» EXERCISE AIM: Using the records below, transcribe word for word the stretch from the line that contains "v -13.172 0.254 8.981" through the line that contains "v 14.981 0.254 -5.453", both end lines included, and nothing else.

EXERCISE INPUT section start

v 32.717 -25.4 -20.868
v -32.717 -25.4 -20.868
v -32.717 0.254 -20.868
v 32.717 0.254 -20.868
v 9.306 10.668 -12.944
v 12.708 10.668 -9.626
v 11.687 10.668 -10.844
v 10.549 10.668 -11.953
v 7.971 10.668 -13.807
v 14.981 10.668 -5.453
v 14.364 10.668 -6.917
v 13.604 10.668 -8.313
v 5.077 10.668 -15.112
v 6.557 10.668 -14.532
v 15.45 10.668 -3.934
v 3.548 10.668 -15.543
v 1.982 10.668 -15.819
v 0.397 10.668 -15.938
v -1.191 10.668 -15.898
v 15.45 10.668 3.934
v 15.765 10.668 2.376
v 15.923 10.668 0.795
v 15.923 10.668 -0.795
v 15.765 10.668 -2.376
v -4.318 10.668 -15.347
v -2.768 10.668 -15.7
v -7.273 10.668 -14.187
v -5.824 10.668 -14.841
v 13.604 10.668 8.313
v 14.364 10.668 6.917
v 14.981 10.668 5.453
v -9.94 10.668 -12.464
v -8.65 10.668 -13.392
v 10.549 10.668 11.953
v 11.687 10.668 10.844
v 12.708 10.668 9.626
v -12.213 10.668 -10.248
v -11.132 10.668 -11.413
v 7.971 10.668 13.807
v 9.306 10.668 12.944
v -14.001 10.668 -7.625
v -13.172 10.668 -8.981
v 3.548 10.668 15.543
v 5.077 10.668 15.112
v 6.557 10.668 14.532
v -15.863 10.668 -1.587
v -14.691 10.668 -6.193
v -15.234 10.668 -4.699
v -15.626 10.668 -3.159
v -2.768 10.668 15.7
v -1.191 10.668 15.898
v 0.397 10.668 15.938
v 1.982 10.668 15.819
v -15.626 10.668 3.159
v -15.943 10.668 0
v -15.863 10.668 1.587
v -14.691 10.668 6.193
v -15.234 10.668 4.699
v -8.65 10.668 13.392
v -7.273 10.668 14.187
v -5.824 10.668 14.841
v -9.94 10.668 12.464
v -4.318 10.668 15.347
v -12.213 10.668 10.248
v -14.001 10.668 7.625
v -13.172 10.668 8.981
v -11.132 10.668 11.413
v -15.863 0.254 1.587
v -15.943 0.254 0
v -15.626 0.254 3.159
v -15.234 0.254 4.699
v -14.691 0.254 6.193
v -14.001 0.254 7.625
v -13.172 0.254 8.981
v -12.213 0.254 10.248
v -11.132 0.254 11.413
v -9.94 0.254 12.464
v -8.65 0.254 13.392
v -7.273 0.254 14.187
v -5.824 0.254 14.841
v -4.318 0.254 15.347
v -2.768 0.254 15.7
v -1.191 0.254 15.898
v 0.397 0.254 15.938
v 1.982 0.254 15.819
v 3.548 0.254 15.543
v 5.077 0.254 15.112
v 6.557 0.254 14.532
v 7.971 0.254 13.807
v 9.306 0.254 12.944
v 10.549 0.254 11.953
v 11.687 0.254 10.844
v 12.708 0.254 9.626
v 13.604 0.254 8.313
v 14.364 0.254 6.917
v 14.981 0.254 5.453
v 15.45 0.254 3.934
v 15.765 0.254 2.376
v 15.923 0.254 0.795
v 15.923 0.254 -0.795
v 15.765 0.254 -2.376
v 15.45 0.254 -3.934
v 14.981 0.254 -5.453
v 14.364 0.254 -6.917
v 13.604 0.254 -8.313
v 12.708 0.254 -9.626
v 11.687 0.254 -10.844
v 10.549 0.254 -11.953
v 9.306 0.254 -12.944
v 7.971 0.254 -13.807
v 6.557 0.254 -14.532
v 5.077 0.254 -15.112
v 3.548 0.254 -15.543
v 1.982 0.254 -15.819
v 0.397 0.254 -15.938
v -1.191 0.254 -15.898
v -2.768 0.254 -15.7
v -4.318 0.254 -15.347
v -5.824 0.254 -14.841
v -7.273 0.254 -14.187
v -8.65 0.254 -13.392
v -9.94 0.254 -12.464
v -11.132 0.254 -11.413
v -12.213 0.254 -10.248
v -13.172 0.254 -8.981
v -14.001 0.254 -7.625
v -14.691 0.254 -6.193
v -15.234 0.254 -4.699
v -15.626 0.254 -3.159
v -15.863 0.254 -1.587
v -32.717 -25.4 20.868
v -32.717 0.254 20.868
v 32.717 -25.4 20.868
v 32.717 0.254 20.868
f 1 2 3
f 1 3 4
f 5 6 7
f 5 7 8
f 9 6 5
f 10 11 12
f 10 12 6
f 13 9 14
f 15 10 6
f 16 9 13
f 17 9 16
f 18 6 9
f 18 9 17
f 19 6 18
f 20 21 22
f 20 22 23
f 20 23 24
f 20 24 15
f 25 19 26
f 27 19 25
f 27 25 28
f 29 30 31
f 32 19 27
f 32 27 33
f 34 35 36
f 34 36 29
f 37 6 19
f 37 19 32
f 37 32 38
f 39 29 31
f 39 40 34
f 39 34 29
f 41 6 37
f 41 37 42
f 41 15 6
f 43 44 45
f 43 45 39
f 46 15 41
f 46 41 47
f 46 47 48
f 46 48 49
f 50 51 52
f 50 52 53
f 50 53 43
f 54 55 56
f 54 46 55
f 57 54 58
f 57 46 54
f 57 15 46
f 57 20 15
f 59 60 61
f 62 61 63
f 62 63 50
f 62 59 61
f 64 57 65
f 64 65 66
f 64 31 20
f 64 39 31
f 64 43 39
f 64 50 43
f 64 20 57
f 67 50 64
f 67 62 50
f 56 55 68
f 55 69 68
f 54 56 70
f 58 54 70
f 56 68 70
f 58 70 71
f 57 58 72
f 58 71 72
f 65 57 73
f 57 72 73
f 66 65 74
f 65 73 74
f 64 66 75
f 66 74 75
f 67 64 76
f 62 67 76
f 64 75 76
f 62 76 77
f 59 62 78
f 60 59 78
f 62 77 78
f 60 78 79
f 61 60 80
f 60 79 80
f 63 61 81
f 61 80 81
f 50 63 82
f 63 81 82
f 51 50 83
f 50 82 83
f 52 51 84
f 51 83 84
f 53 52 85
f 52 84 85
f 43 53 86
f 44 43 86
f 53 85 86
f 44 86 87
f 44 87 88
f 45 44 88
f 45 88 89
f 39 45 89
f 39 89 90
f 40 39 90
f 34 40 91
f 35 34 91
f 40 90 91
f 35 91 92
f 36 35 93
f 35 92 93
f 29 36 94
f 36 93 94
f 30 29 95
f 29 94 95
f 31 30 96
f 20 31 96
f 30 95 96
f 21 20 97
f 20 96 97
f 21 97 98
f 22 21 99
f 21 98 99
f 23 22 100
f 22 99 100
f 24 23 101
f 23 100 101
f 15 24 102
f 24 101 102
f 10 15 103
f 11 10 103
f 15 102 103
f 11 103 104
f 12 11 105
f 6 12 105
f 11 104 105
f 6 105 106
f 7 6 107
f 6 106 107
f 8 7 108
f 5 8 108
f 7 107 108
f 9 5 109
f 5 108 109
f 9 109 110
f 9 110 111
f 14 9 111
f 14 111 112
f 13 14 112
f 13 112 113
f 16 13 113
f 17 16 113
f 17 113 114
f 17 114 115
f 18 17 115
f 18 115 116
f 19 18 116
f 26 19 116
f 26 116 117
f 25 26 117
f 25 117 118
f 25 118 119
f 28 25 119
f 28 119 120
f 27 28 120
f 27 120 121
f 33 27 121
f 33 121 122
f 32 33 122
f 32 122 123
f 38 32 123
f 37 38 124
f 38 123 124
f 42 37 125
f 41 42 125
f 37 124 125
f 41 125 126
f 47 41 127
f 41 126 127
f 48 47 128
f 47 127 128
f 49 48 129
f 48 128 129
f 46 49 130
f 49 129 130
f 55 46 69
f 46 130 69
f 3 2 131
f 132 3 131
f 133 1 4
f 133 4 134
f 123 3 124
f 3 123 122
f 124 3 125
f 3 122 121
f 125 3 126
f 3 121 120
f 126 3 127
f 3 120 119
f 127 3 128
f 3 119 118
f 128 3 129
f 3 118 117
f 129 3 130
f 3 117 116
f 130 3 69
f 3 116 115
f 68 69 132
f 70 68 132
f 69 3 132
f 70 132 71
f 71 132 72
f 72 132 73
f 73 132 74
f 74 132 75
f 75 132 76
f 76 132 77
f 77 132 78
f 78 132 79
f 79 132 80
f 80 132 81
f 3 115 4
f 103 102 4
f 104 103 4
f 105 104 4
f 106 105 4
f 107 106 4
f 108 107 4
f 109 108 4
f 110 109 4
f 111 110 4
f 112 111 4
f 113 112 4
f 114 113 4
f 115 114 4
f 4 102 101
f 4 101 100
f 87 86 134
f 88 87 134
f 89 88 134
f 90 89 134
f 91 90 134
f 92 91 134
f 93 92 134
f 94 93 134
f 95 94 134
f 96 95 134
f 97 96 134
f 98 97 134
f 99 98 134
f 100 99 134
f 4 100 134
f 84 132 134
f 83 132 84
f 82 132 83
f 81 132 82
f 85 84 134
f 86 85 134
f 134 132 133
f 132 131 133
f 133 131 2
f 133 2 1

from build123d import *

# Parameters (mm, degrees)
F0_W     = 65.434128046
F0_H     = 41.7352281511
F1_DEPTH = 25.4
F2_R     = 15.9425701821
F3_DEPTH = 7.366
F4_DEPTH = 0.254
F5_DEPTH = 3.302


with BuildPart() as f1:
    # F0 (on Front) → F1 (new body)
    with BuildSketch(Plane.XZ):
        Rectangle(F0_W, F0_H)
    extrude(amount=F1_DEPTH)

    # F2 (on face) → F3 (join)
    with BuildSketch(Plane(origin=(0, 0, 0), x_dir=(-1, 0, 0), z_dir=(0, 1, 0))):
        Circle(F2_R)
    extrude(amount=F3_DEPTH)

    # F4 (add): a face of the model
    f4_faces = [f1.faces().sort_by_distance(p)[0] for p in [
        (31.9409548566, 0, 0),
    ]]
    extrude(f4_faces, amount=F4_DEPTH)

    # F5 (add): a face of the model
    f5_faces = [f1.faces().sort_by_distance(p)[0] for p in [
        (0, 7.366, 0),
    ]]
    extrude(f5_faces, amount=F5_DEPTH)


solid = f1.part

EXERCISE INPUT section end

» REPLY:
v -13.172 0.254 8.981
v -12.213 0.254 10.248
v -11.132 0.254 11.413
v -9.94 0.254 12.464
v -8.65 0.254 13.392
v -7.273 0.254 14.187
v -5.824 0.254 14.841
v -4.318 0.254 15.347
v -2.768 0.254 15.7
v -1.191 0.254 15.898
v 0.397 0.254 15.938
v 1.982 0.254 15.819
v 3.548 0.254 15.543
v 5.077 0.254 15.112
v 6.557 0.254 14.532
v 7.971 0.254 13.807
v 9.306 0.254 12.944
v 10.549 0.254 11.953
v 11.687 0.254 10.844
v 12.708 0.254 9.626
v 13.604 0.254 8.313
v 14.364 0.254 6.917
v 14.981 0.254 5.453
v 15.45 0.254 3.934
v 15.765 0.254 2.376
v 15.923 0.254 0.795
v 15.923 0.254 -0.795
v 15.765 0.254 -2.376
v 15.45 0.254 -3.934
v 14.981 0.254 -5.453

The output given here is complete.